Given the entries that follow, write out exactly the lines starting at the one containing "FILE_NAME('','',(''),(''),'','','');" and ending at the one containing "#22=EDGE_LOOP('',(#21));", both ends included, and only those.

──────────────────────────────

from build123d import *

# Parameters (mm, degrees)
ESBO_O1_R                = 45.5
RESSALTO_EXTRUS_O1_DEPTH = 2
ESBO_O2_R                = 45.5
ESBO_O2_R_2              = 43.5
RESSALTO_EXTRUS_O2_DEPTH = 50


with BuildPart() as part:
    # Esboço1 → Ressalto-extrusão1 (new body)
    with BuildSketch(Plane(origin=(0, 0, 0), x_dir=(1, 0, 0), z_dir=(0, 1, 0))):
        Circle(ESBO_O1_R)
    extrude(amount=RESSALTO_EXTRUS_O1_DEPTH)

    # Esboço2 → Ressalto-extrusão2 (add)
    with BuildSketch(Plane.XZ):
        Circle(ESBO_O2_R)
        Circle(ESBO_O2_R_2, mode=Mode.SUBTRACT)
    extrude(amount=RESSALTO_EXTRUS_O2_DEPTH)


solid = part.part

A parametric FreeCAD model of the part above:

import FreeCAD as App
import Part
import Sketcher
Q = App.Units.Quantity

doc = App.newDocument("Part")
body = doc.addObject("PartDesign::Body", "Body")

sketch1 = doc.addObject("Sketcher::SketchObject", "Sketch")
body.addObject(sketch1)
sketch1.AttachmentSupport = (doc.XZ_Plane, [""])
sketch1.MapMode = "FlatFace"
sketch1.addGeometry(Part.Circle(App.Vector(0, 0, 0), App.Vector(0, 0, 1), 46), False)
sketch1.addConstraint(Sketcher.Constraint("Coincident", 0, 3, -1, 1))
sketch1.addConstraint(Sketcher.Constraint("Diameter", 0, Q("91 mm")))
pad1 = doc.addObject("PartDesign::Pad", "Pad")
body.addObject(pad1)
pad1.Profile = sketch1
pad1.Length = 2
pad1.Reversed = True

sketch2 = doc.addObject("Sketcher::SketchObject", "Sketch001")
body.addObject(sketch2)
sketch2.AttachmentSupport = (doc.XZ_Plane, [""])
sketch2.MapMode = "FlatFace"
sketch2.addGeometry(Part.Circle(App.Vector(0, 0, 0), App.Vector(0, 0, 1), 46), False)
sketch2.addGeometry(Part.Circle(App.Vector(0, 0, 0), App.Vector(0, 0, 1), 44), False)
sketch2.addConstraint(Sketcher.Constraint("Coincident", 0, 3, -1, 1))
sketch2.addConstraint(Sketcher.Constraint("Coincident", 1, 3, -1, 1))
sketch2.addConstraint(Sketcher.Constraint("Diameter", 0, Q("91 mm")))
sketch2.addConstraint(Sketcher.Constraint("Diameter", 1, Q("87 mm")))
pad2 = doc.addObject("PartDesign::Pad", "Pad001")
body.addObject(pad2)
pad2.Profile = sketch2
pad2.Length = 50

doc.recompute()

──────────────────────────────

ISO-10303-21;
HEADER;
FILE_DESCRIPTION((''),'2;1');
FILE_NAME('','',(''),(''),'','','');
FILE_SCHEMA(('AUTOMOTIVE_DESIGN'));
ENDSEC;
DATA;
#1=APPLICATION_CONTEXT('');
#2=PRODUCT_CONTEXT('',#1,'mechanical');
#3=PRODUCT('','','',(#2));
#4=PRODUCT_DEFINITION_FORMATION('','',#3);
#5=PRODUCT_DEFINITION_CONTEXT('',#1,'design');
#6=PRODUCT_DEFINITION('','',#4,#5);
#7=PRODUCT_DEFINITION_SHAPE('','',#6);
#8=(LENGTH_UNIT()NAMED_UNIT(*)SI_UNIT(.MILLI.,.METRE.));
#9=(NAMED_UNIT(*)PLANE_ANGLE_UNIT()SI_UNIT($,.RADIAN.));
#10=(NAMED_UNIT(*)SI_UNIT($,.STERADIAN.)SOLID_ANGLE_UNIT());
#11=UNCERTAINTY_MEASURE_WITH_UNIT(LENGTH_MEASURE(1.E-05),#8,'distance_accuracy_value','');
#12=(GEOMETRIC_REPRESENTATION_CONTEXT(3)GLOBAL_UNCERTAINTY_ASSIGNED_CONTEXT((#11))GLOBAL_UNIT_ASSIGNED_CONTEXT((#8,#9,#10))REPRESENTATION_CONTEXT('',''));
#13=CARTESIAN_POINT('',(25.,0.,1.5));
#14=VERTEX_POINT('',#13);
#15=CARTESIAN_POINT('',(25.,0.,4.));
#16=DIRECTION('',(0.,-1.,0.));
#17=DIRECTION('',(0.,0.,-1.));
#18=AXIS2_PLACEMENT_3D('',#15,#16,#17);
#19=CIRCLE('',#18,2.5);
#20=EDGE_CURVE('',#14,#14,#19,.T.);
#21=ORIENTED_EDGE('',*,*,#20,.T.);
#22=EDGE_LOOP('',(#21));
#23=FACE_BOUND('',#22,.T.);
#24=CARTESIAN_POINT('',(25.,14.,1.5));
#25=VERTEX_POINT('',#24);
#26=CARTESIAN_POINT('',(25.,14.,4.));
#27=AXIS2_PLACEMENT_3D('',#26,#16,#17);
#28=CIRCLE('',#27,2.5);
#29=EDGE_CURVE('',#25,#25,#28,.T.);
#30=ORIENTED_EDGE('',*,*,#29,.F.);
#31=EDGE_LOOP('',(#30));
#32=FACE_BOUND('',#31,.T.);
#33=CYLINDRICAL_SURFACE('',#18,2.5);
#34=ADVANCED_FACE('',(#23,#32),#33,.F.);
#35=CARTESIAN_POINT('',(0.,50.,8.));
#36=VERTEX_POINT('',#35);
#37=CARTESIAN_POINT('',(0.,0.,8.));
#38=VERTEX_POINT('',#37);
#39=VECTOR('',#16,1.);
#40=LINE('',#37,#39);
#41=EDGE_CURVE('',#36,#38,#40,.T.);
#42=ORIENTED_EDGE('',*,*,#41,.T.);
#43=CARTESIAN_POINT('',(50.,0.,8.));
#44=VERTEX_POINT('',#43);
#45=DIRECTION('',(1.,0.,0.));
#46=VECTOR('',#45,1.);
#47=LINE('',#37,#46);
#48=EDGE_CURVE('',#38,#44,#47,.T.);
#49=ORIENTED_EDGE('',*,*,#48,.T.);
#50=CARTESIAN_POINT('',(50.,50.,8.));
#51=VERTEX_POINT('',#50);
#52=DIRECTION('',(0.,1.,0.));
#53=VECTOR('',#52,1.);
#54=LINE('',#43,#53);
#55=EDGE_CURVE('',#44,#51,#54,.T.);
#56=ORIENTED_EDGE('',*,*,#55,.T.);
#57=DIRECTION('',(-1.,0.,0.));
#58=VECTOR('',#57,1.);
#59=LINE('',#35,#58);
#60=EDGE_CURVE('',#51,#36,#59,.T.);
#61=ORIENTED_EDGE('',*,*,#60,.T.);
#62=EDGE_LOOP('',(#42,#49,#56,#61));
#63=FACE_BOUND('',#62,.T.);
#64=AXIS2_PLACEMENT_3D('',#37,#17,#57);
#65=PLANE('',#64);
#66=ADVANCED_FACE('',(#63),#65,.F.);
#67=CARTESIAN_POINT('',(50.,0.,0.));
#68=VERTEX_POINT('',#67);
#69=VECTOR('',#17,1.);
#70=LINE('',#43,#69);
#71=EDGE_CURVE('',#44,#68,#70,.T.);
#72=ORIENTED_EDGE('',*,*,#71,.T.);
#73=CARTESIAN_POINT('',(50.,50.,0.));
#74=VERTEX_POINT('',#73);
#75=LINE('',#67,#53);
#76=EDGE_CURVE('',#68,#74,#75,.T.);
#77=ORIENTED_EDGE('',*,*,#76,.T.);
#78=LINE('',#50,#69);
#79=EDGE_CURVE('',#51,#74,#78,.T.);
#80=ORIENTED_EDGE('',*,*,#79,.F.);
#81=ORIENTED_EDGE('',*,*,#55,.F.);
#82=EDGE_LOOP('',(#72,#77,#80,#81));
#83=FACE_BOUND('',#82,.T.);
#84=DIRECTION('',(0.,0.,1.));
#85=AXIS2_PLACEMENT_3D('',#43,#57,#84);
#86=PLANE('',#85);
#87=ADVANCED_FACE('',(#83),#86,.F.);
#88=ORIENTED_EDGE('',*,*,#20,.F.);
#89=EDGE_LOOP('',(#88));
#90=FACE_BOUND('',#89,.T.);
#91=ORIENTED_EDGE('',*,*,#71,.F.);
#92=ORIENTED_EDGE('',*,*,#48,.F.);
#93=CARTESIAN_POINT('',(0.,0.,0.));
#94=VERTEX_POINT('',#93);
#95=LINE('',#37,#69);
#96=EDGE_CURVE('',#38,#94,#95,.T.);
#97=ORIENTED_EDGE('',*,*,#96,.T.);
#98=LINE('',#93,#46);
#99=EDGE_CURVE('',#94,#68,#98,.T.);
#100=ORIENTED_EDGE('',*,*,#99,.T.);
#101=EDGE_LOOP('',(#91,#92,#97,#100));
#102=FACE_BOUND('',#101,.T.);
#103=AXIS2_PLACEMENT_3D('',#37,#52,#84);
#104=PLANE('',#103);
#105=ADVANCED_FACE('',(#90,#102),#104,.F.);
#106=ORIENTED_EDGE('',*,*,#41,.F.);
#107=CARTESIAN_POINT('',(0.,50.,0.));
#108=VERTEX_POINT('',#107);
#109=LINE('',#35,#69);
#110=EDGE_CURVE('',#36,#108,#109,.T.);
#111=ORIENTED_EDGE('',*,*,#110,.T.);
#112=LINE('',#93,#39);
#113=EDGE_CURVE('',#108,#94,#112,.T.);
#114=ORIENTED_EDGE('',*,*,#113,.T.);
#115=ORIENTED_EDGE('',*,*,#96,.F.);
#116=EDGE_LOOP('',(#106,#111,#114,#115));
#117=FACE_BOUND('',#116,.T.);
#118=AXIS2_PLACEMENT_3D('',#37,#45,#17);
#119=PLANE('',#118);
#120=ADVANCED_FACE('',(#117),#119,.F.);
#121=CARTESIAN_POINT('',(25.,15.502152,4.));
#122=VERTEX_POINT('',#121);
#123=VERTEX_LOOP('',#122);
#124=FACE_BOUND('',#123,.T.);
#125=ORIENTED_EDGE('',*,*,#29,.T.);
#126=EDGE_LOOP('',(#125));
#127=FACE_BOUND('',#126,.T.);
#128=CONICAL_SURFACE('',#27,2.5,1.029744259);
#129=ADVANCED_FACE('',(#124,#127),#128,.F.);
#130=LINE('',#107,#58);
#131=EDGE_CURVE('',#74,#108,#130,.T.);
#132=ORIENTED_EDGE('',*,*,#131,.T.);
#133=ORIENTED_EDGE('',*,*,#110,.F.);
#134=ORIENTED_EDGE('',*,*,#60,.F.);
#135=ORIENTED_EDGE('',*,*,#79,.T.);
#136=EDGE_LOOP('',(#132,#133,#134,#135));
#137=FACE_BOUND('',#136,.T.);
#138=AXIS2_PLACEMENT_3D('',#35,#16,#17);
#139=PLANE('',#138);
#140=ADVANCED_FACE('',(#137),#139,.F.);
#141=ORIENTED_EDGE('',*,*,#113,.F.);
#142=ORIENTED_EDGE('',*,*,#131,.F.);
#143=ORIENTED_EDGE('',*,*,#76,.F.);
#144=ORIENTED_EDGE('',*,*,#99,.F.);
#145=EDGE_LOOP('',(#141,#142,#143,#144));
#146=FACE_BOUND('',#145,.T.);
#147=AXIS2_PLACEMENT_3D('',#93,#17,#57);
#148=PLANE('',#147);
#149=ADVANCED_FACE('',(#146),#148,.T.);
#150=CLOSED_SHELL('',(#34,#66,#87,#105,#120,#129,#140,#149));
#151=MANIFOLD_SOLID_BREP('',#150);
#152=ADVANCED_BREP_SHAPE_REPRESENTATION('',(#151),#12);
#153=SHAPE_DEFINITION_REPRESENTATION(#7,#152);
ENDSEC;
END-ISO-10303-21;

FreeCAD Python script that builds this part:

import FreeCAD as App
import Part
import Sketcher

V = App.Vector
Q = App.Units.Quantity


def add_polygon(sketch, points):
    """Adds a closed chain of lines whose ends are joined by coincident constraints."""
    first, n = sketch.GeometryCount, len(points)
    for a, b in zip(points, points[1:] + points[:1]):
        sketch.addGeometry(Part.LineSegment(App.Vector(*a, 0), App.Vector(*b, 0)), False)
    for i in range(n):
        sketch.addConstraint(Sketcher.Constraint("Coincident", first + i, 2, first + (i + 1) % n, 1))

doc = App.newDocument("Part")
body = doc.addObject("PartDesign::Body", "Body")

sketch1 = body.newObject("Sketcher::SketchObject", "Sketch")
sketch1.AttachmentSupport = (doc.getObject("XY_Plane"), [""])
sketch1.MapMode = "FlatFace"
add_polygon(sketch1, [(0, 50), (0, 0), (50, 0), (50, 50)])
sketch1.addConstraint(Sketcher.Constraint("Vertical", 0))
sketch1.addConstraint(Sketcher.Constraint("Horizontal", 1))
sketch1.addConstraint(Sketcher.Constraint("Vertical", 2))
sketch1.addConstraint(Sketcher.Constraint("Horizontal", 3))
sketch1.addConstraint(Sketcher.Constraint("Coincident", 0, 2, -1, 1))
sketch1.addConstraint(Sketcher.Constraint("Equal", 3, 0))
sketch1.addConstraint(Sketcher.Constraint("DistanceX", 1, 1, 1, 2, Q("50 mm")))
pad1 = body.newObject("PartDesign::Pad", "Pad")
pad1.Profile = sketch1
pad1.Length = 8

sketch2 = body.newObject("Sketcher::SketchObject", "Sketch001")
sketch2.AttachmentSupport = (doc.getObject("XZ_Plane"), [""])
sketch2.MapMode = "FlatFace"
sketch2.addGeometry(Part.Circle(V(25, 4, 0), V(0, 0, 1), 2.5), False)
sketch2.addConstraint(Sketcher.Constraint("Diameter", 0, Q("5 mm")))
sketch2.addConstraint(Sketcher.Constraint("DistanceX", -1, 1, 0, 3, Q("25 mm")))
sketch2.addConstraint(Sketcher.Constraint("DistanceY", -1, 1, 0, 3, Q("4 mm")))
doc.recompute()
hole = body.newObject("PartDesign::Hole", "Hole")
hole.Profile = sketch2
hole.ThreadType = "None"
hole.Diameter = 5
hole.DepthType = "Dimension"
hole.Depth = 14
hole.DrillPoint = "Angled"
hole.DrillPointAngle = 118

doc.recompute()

──────────────────────────────

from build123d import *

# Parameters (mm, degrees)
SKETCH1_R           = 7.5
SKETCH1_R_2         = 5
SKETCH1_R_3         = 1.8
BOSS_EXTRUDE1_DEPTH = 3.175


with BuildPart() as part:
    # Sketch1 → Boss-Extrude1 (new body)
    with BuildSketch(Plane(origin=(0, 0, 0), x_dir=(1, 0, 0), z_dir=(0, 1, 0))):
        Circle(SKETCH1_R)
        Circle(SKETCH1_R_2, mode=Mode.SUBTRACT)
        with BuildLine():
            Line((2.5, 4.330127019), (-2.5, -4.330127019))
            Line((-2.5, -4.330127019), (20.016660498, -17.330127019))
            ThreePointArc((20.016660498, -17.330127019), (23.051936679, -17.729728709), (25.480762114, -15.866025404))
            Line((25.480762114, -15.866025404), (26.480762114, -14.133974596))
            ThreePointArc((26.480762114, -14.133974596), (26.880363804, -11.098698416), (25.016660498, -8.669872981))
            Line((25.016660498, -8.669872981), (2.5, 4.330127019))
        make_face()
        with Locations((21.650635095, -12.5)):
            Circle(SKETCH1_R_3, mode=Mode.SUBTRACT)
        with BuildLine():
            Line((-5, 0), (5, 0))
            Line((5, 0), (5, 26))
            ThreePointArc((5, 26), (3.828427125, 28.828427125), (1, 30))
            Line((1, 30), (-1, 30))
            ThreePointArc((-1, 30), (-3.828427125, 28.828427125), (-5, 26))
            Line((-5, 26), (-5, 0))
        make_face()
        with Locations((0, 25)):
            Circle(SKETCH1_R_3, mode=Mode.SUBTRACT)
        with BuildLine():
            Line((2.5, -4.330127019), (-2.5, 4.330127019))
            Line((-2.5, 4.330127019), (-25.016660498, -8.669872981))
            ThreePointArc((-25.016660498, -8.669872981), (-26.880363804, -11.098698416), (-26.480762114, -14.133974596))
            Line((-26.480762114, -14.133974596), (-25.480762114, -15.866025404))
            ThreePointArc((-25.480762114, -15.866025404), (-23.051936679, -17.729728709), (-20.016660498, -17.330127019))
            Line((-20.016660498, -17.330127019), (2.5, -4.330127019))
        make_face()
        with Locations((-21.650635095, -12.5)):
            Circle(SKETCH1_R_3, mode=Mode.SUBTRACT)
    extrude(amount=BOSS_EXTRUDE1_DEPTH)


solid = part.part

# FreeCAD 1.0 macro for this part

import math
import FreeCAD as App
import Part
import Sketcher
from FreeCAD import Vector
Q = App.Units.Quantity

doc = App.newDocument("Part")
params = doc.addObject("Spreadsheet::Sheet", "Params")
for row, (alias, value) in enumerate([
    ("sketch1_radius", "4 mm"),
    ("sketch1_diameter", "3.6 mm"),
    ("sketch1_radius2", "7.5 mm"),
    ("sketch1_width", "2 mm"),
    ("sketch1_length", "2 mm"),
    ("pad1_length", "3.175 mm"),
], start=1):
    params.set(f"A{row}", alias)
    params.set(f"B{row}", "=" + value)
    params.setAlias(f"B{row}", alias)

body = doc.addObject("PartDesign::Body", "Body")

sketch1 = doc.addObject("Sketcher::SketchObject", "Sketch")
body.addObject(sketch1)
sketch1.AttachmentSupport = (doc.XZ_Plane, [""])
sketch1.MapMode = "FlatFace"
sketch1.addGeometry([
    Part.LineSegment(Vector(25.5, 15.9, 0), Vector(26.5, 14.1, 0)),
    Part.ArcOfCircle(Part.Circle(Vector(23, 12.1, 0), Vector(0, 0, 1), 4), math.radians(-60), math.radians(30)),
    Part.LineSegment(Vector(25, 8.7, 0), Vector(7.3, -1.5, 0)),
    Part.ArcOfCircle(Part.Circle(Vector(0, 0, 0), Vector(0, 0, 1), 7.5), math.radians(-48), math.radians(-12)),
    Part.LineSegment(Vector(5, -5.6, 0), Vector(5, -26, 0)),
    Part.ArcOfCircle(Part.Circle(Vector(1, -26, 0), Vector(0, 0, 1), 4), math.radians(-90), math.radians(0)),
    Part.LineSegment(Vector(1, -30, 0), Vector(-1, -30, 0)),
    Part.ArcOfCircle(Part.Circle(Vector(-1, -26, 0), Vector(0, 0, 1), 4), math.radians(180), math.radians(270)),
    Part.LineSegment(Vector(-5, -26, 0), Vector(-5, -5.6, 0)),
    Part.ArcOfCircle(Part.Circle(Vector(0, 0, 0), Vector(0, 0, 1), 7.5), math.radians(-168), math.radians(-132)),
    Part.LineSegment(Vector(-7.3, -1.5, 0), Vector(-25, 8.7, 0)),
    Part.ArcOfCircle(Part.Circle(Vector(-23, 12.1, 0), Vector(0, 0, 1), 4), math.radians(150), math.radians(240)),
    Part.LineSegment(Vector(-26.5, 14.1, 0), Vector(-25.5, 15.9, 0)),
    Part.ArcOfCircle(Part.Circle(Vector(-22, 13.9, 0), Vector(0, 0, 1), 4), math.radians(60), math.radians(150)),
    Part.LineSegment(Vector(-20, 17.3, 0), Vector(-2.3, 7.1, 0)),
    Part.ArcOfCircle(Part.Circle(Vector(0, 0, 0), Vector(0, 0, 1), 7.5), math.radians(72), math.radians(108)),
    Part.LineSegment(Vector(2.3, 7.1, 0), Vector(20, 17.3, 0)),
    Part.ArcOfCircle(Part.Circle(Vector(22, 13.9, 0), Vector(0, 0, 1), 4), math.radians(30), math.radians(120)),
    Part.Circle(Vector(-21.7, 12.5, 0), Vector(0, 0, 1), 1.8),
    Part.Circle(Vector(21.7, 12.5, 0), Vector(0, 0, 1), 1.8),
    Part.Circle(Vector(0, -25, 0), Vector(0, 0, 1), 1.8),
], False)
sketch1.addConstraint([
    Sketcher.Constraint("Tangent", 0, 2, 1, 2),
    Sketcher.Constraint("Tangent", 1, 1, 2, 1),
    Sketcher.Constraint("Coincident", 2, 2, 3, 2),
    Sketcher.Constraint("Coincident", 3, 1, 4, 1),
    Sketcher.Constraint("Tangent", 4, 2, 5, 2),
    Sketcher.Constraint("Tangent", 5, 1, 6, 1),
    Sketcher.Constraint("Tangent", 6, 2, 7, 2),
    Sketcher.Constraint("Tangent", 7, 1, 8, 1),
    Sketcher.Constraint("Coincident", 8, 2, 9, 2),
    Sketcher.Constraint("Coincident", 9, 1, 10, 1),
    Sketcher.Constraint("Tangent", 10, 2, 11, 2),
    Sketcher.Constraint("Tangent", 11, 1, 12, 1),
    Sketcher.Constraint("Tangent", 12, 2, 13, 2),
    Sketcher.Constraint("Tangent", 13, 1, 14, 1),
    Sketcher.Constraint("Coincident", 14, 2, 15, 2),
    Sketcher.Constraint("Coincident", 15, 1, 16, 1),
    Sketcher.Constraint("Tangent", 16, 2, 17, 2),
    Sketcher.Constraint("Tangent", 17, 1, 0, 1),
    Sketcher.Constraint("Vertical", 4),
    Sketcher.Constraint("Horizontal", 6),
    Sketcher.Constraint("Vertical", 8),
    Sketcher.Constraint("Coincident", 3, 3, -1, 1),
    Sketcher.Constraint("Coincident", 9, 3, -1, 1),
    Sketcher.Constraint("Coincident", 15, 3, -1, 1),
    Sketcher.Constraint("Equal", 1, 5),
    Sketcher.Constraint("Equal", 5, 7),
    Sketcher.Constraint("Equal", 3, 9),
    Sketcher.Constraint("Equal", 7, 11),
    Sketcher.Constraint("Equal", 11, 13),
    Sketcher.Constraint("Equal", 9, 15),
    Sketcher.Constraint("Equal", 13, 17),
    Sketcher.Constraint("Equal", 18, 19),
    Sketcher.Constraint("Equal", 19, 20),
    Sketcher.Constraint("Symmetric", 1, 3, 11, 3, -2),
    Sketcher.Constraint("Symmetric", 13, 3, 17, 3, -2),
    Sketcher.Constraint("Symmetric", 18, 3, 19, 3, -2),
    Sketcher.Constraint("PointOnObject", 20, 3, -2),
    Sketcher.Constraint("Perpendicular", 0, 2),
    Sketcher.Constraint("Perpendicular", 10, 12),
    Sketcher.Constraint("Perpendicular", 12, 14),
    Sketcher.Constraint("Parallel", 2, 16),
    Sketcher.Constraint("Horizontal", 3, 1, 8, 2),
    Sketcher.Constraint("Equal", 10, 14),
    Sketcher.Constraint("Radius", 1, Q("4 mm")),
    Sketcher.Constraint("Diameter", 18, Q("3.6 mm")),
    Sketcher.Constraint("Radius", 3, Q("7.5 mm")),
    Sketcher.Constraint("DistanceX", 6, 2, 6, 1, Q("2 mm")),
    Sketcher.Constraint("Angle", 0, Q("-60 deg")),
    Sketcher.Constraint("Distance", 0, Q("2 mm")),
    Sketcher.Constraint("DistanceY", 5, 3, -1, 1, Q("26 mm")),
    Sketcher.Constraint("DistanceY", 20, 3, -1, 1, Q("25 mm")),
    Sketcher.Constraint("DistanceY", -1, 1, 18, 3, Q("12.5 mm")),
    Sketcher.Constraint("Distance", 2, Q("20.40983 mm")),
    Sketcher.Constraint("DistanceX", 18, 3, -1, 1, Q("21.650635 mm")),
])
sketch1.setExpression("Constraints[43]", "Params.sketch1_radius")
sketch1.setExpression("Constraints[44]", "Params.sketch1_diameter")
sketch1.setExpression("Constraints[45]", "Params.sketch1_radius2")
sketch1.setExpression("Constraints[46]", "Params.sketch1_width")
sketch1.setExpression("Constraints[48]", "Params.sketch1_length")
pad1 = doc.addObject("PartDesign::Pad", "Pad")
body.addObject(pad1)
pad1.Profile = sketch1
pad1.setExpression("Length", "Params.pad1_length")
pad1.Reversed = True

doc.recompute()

──────────────────────────────

RESPONSE:
FILE_NAME('','',(''),(''),'','','');
FILE_SCHEMA(('AUTOMOTIVE_DESIGN'));
ENDSEC;
DATA;
#1=APPLICATION_CONTEXT('');
#2=PRODUCT_CONTEXT('',#1,'mechanical');
#3=PRODUCT('','','',(#2));
#4=PRODUCT_DEFINITION_FORMATION('','',#3);
#5=PRODUCT_DEFINITION_CONTEXT('',#1,'design');
#6=PRODUCT_DEFINITION('','',#4,#5);
#7=PRODUCT_DEFINITION_SHAPE('','',#6);
#8=(LENGTH_UNIT()NAMED_UNIT(*)SI_UNIT(.MILLI.,.METRE.));
#9=(NAMED_UNIT(*)PLANE_ANGLE_UNIT()SI_UNIT($,.RADIAN.));
#10=(NAMED_UNIT(*)SI_UNIT($,.STERADIAN.)SOLID_ANGLE_UNIT());
#11=UNCERTAINTY_MEASURE_WITH_UNIT(LENGTH_MEASURE(1.E-05),#8,'distance_accuracy_value','');
#12=(GEOMETRIC_REPRESENTATION_CONTEXT(3)GLOBAL_UNCERTAINTY_ASSIGNED_CONTEXT((#11))GLOBAL_UNIT_ASSIGNED_CONTEXT((#8,#9,#10))REPRESENTATION_CONTEXT('',''));
#13=CARTESIAN_POINT('',(25.,0.,1.5));
#14=VERTEX_POINT('',#13);
#15=CARTESIAN_POINT('',(25.,0.,4.));
#16=DIRECTION('',(0.,-1.,0.));
#17=DIRECTION('',(0.,0.,-1.));
#18=AXIS2_PLACEMENT_3D('',#15,#16,#17);
#19=CIRCLE('',#18,2.5);
#20=EDGE_CURVE('',#14,#14,#19,.T.);
#21=ORIENTED_EDGE('',*,*,#20,.T.);
#22=EDGE_LOOP('',(#21));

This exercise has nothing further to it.